一元流鍼灸術のテキストを何回か読んでみると、これが単純なことしかいっていないのが理解されてくると思います。通奏低音のように語り続けられているそれは、気一元の観点から見ていくんだよ。それが基本。それが基本。というものです。
基本があれば応用もあるわけです。ただ、応用を言葉で書いてしまうと、基本が入っていない人はその応用の側面のみを追及し、結局小手先の技術論に終始することになります。東洋医学の大道を見失ってしまうことになるわけです。
基本の型があり、基本の型を少しづつ崩していって自分自身の型を作っていくということが安定的な着実な研究方法です。けれども臨床というものは不思議なもので、独断と思い込みである程度成果を得られたりするんですね。そしてそういう人ほど天狗になる。謙虚さを失ない、歴史に学ぶことをやめてしまう。もったいないことです。

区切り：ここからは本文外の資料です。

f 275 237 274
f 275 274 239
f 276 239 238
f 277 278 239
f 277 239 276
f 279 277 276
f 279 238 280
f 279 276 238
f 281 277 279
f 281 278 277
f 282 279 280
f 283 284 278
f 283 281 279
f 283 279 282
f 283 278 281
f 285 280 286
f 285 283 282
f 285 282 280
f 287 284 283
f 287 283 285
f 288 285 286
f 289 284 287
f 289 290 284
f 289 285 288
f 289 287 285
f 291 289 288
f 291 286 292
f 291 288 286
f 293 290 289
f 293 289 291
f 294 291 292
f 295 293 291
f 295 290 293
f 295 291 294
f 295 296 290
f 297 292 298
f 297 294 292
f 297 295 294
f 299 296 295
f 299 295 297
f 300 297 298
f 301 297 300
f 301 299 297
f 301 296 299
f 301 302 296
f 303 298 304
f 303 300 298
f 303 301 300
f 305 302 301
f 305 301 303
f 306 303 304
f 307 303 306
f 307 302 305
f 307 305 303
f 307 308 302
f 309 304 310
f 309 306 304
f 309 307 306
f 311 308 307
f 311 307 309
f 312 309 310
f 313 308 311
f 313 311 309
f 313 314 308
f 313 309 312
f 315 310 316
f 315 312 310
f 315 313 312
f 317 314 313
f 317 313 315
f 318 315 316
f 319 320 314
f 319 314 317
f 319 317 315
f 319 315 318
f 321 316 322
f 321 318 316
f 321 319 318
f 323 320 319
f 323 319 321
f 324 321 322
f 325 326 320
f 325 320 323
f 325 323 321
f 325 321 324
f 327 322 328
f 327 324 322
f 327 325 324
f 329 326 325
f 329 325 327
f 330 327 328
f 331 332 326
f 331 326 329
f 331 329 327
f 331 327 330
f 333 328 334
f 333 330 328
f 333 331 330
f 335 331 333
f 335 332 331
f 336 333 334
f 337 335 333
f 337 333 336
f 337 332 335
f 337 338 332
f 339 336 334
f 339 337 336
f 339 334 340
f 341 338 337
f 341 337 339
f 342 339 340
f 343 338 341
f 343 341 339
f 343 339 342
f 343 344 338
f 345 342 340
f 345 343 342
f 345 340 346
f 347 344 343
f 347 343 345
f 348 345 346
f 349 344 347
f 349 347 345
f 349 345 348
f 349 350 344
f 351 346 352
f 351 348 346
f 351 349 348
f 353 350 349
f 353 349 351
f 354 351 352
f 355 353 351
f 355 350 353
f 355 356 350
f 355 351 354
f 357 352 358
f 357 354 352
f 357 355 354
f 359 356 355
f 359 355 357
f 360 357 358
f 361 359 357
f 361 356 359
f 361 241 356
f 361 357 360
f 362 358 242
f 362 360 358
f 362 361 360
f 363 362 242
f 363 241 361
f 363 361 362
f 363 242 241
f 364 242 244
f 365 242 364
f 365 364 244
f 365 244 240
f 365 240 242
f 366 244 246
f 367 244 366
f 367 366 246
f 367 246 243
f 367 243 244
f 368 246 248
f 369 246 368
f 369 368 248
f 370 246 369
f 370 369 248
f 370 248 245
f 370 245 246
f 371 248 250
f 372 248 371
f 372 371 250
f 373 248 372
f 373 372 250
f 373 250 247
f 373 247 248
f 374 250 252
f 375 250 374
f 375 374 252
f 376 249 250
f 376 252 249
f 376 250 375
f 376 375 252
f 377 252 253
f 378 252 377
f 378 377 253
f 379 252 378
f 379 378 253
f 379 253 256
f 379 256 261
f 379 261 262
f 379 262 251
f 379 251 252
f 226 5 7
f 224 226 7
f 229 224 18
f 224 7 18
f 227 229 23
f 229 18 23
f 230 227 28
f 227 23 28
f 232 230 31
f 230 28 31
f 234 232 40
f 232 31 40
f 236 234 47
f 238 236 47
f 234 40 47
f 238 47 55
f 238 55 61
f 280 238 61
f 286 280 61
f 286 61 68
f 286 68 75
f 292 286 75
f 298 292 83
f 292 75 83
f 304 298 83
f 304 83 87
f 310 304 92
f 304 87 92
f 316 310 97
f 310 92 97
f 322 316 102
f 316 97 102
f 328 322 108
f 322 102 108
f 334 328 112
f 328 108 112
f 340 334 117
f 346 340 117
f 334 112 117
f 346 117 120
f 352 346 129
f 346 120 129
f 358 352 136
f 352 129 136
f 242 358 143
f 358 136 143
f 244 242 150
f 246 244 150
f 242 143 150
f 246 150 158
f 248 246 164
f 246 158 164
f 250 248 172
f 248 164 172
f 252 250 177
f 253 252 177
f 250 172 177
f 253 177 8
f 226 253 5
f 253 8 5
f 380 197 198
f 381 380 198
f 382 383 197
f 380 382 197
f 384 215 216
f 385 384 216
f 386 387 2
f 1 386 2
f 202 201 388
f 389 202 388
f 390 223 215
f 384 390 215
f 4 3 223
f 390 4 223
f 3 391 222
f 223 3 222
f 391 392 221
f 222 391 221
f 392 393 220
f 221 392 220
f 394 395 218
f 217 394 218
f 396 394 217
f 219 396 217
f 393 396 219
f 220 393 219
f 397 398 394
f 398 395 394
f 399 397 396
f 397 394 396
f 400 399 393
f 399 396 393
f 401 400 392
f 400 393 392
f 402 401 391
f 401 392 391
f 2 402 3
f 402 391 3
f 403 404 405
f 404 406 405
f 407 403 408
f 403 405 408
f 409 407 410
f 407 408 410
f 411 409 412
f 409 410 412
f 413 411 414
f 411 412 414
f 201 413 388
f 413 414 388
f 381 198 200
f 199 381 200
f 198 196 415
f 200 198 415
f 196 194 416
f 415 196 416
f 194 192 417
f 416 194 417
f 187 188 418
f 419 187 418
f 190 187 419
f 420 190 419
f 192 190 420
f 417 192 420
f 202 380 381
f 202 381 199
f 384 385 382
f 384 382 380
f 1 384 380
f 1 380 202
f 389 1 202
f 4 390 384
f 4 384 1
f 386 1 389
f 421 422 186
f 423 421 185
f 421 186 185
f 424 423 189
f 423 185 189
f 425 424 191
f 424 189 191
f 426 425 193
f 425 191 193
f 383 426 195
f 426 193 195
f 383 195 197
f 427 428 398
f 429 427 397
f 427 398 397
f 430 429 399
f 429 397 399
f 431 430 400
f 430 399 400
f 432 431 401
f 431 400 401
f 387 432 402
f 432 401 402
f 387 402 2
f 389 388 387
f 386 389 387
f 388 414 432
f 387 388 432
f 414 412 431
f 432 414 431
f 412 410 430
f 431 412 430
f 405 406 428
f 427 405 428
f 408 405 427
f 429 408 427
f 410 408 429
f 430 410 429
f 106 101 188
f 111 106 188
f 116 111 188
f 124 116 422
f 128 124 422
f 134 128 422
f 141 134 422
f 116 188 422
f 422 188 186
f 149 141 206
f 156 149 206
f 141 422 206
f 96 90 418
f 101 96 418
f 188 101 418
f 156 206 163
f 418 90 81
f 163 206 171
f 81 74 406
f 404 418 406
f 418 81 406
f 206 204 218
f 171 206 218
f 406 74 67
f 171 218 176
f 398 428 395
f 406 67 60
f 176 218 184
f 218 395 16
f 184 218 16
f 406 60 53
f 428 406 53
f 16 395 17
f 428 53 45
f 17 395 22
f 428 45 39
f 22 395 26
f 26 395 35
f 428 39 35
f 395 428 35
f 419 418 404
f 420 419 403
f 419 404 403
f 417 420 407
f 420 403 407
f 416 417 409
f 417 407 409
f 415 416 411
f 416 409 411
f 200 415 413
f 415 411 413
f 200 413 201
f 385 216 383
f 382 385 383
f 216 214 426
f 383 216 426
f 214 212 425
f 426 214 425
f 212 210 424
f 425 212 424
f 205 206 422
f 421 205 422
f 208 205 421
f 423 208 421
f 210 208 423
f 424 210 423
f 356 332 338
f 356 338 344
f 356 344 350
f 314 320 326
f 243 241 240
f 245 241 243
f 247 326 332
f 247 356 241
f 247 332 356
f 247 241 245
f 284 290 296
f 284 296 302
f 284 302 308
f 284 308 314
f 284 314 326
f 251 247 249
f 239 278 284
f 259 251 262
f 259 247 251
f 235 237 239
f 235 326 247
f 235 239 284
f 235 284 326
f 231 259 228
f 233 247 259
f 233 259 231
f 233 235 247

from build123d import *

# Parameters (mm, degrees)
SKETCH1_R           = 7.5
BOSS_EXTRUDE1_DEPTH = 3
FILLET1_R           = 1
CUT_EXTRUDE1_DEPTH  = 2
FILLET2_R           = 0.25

基本的な型は「一元流鍼灸術の門」に書かれています。一元流鍼灸術は、東洋医学の根本を問いただす中から生まれています。それは、古代の人間理解の方法論を現代に蘇らせようとしているものであるともいえます。(そういう意味では、中医学とはその目標と方法論とがまったく異なるわけです。)

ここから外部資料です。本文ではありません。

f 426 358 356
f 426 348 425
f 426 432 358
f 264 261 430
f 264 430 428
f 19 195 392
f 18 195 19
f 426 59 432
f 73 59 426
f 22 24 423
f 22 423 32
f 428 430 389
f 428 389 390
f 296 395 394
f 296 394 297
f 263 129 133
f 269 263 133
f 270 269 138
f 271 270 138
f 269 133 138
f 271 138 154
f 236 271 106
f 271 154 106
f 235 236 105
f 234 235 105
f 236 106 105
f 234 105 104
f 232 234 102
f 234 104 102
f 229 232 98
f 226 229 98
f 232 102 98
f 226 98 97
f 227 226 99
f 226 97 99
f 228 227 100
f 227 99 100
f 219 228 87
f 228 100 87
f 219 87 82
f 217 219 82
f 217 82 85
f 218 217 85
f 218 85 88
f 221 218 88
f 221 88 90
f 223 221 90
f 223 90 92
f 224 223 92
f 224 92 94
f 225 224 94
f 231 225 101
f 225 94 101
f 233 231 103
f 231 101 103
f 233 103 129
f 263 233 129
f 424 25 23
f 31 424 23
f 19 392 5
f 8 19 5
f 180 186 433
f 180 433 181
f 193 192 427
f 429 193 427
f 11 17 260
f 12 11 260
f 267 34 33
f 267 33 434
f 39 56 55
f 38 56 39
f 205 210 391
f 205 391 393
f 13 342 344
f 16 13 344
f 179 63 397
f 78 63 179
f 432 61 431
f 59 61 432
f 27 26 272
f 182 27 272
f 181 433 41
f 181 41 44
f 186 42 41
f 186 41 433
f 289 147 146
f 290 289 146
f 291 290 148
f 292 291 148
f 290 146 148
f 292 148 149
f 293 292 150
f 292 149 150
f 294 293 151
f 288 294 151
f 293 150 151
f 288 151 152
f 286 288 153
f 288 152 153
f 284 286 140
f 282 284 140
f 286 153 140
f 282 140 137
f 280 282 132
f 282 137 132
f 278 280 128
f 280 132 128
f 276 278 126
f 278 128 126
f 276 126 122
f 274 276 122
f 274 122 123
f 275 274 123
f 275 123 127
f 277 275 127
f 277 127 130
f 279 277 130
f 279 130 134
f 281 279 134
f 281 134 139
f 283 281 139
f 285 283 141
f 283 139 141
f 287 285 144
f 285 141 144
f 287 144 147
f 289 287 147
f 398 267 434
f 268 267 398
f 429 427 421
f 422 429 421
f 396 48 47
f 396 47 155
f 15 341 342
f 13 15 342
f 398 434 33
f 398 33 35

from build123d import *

生きている人間を目の前にしてどのようにアプローチしていくのか。そこには実は、古代も現代もありません。ただ、現代人は知識が多く、それが邪魔をして、裸の人間が裸の人間に対して出会うということそのものの奇跡、神秘をないがしろにしてしまう傾向があります。小手先の技術に陥っていくわけですね。
そこで、古代の人間がどのように患者さんにアプローチしてきたのかということを現代に復活させようと一元流鍼灸術では考えているわけです。